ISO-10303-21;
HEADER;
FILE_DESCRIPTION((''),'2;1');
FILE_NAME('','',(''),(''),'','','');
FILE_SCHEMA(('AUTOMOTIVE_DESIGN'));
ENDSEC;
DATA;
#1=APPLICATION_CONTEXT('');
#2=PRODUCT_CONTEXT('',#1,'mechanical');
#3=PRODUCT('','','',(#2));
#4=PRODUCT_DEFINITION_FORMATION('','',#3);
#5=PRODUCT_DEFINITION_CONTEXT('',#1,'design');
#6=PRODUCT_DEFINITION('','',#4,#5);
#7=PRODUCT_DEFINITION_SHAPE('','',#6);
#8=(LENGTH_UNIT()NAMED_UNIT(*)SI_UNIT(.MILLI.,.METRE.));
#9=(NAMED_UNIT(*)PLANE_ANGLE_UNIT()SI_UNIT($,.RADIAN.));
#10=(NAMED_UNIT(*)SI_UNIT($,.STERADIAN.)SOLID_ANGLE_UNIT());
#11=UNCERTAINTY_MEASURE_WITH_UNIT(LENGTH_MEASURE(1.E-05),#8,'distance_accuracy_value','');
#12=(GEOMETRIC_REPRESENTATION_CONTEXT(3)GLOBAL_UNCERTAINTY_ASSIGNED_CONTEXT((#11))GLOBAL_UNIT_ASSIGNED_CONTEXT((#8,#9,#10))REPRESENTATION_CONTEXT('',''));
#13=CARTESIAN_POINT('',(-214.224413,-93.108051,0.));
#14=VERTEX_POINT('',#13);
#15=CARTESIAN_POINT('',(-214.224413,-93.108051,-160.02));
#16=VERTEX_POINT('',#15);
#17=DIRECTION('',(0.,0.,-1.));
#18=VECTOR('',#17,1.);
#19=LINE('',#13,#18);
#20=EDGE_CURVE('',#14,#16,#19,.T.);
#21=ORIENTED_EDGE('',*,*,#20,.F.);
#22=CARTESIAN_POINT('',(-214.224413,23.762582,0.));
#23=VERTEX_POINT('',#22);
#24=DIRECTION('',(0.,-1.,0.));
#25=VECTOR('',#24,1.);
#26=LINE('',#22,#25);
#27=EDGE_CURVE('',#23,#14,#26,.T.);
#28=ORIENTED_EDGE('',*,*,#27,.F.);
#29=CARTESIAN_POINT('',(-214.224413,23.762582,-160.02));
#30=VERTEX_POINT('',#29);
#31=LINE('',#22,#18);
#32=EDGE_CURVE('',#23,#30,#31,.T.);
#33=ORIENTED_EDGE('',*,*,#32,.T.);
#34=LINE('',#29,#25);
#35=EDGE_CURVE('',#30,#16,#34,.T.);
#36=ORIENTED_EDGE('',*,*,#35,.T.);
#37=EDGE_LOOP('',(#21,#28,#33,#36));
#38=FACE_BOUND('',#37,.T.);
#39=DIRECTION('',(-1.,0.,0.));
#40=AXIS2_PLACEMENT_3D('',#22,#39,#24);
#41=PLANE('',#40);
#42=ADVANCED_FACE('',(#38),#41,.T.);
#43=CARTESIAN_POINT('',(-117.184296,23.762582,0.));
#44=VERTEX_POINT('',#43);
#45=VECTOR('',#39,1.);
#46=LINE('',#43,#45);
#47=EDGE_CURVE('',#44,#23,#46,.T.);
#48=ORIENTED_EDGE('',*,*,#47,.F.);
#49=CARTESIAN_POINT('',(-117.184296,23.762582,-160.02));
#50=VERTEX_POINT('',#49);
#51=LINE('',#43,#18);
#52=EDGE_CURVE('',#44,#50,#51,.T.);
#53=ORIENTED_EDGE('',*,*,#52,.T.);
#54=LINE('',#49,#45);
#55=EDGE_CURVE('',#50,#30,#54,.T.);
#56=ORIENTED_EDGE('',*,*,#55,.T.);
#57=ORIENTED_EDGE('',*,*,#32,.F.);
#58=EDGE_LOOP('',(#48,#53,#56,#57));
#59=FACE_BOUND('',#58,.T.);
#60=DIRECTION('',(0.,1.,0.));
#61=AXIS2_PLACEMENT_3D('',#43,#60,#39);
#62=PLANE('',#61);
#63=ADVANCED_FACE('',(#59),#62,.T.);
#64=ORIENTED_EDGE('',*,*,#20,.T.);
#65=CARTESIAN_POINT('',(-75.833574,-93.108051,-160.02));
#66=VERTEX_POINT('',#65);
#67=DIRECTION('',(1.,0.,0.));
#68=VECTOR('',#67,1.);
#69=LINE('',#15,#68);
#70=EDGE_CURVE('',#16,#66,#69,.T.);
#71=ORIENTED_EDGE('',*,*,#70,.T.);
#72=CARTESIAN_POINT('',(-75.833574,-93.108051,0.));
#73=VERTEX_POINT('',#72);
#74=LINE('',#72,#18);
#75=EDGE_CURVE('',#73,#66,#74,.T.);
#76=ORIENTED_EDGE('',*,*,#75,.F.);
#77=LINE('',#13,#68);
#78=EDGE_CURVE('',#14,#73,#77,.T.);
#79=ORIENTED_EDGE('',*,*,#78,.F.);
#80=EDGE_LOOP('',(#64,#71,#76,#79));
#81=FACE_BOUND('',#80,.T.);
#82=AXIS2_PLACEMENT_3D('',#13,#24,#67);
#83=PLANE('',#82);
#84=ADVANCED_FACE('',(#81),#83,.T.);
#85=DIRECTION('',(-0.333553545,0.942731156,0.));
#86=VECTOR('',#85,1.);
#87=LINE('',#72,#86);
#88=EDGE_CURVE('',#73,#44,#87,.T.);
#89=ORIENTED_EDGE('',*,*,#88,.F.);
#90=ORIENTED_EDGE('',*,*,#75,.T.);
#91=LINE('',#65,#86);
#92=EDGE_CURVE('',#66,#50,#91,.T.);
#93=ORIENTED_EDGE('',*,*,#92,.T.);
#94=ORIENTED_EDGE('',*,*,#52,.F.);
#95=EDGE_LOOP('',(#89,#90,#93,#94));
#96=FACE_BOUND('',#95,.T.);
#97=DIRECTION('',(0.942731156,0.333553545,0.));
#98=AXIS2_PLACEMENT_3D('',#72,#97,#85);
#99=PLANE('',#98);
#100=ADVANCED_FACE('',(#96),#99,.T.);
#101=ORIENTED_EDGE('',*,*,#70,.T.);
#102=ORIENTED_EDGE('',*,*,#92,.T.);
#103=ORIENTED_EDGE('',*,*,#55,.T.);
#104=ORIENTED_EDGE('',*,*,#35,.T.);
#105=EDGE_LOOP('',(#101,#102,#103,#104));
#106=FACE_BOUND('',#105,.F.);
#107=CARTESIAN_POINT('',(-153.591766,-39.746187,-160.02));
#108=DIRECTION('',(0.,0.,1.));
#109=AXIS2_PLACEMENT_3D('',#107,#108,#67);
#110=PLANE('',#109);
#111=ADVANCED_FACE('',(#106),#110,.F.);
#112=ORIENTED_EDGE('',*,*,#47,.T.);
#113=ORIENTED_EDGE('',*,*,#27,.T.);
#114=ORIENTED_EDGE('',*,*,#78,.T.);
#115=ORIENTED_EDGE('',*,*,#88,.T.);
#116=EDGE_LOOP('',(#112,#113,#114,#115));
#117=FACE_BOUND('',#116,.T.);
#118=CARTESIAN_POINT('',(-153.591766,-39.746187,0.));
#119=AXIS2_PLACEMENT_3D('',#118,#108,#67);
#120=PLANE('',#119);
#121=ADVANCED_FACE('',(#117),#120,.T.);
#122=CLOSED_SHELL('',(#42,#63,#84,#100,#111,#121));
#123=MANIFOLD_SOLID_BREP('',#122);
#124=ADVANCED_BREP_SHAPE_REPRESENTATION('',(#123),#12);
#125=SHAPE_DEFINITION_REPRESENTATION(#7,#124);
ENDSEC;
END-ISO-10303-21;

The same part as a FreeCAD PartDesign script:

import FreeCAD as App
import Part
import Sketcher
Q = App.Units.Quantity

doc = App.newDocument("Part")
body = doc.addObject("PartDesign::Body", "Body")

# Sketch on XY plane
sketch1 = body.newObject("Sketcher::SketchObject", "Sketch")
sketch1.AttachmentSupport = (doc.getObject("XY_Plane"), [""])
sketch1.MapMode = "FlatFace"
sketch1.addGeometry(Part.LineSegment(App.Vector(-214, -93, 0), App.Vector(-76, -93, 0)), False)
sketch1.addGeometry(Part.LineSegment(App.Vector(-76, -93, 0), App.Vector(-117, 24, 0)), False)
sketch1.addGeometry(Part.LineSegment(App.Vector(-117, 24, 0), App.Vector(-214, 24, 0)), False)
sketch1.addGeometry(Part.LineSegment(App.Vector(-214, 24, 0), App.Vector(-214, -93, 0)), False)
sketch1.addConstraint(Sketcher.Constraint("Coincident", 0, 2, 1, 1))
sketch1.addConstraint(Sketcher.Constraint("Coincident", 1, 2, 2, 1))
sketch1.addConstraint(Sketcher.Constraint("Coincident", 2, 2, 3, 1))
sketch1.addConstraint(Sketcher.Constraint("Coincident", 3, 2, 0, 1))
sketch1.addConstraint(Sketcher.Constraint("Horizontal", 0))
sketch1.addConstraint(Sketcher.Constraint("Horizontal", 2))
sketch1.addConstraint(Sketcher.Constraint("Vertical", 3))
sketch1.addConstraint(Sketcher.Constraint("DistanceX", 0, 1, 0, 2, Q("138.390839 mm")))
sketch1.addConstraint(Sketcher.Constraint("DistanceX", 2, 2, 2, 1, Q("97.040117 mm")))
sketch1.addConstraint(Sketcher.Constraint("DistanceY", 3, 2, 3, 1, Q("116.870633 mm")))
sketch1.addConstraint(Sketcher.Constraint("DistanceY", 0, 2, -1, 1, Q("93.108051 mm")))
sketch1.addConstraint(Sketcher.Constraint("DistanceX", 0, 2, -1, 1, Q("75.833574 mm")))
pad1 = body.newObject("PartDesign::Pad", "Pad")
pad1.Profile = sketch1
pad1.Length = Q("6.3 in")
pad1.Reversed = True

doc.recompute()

· · · · · · ·

• [TASK TO CARRY OUT]: As listed above, the lines from the line with "#22=CARTESIAN_POINT('',(-214.224413,23.762582,0.));" to the line with "#42=ADVANCED_FACE('',(#38),#41,.T.);" are to be echoed exactly, with both ends included and nothing added.

• [RESPONSE]:
#22=CARTESIAN_POINT('',(-214.224413,23.762582,0.));
#23=VERTEX_POINT('',#22);
#24=DIRECTION('',(0.,-1.,0.));
#25=VECTOR('',#24,1.);
#26=LINE('',#22,#25);
#27=EDGE_CURVE('',#23,#14,#26,.T.);
#28=ORIENTED_EDGE('',*,*,#27,.F.);
#29=CARTESIAN_POINT('',(-214.224413,23.762582,-160.02));
#30=VERTEX_POINT('',#29);
#31=LINE('',#22,#18);
#32=EDGE_CURVE('',#23,#30,#31,.T.);
#33=ORIENTED_EDGE('',*,*,#32,.T.);
#34=LINE('',#29,#25);
#35=EDGE_CURVE('',#30,#16,#34,.T.);
#36=ORIENTED_EDGE('',*,*,#35,.T.);
#37=EDGE_LOOP('',(#21,#28,#33,#36));
#38=FACE_BOUND('',#37,.T.);
#39=DIRECTION('',(-1.,0.,0.));
#40=AXIS2_PLACEMENT_3D('',#22,#39,#24);
#41=PLANE('',#40);
#42=ADVANCED_FACE('',(#38),#41,.T.);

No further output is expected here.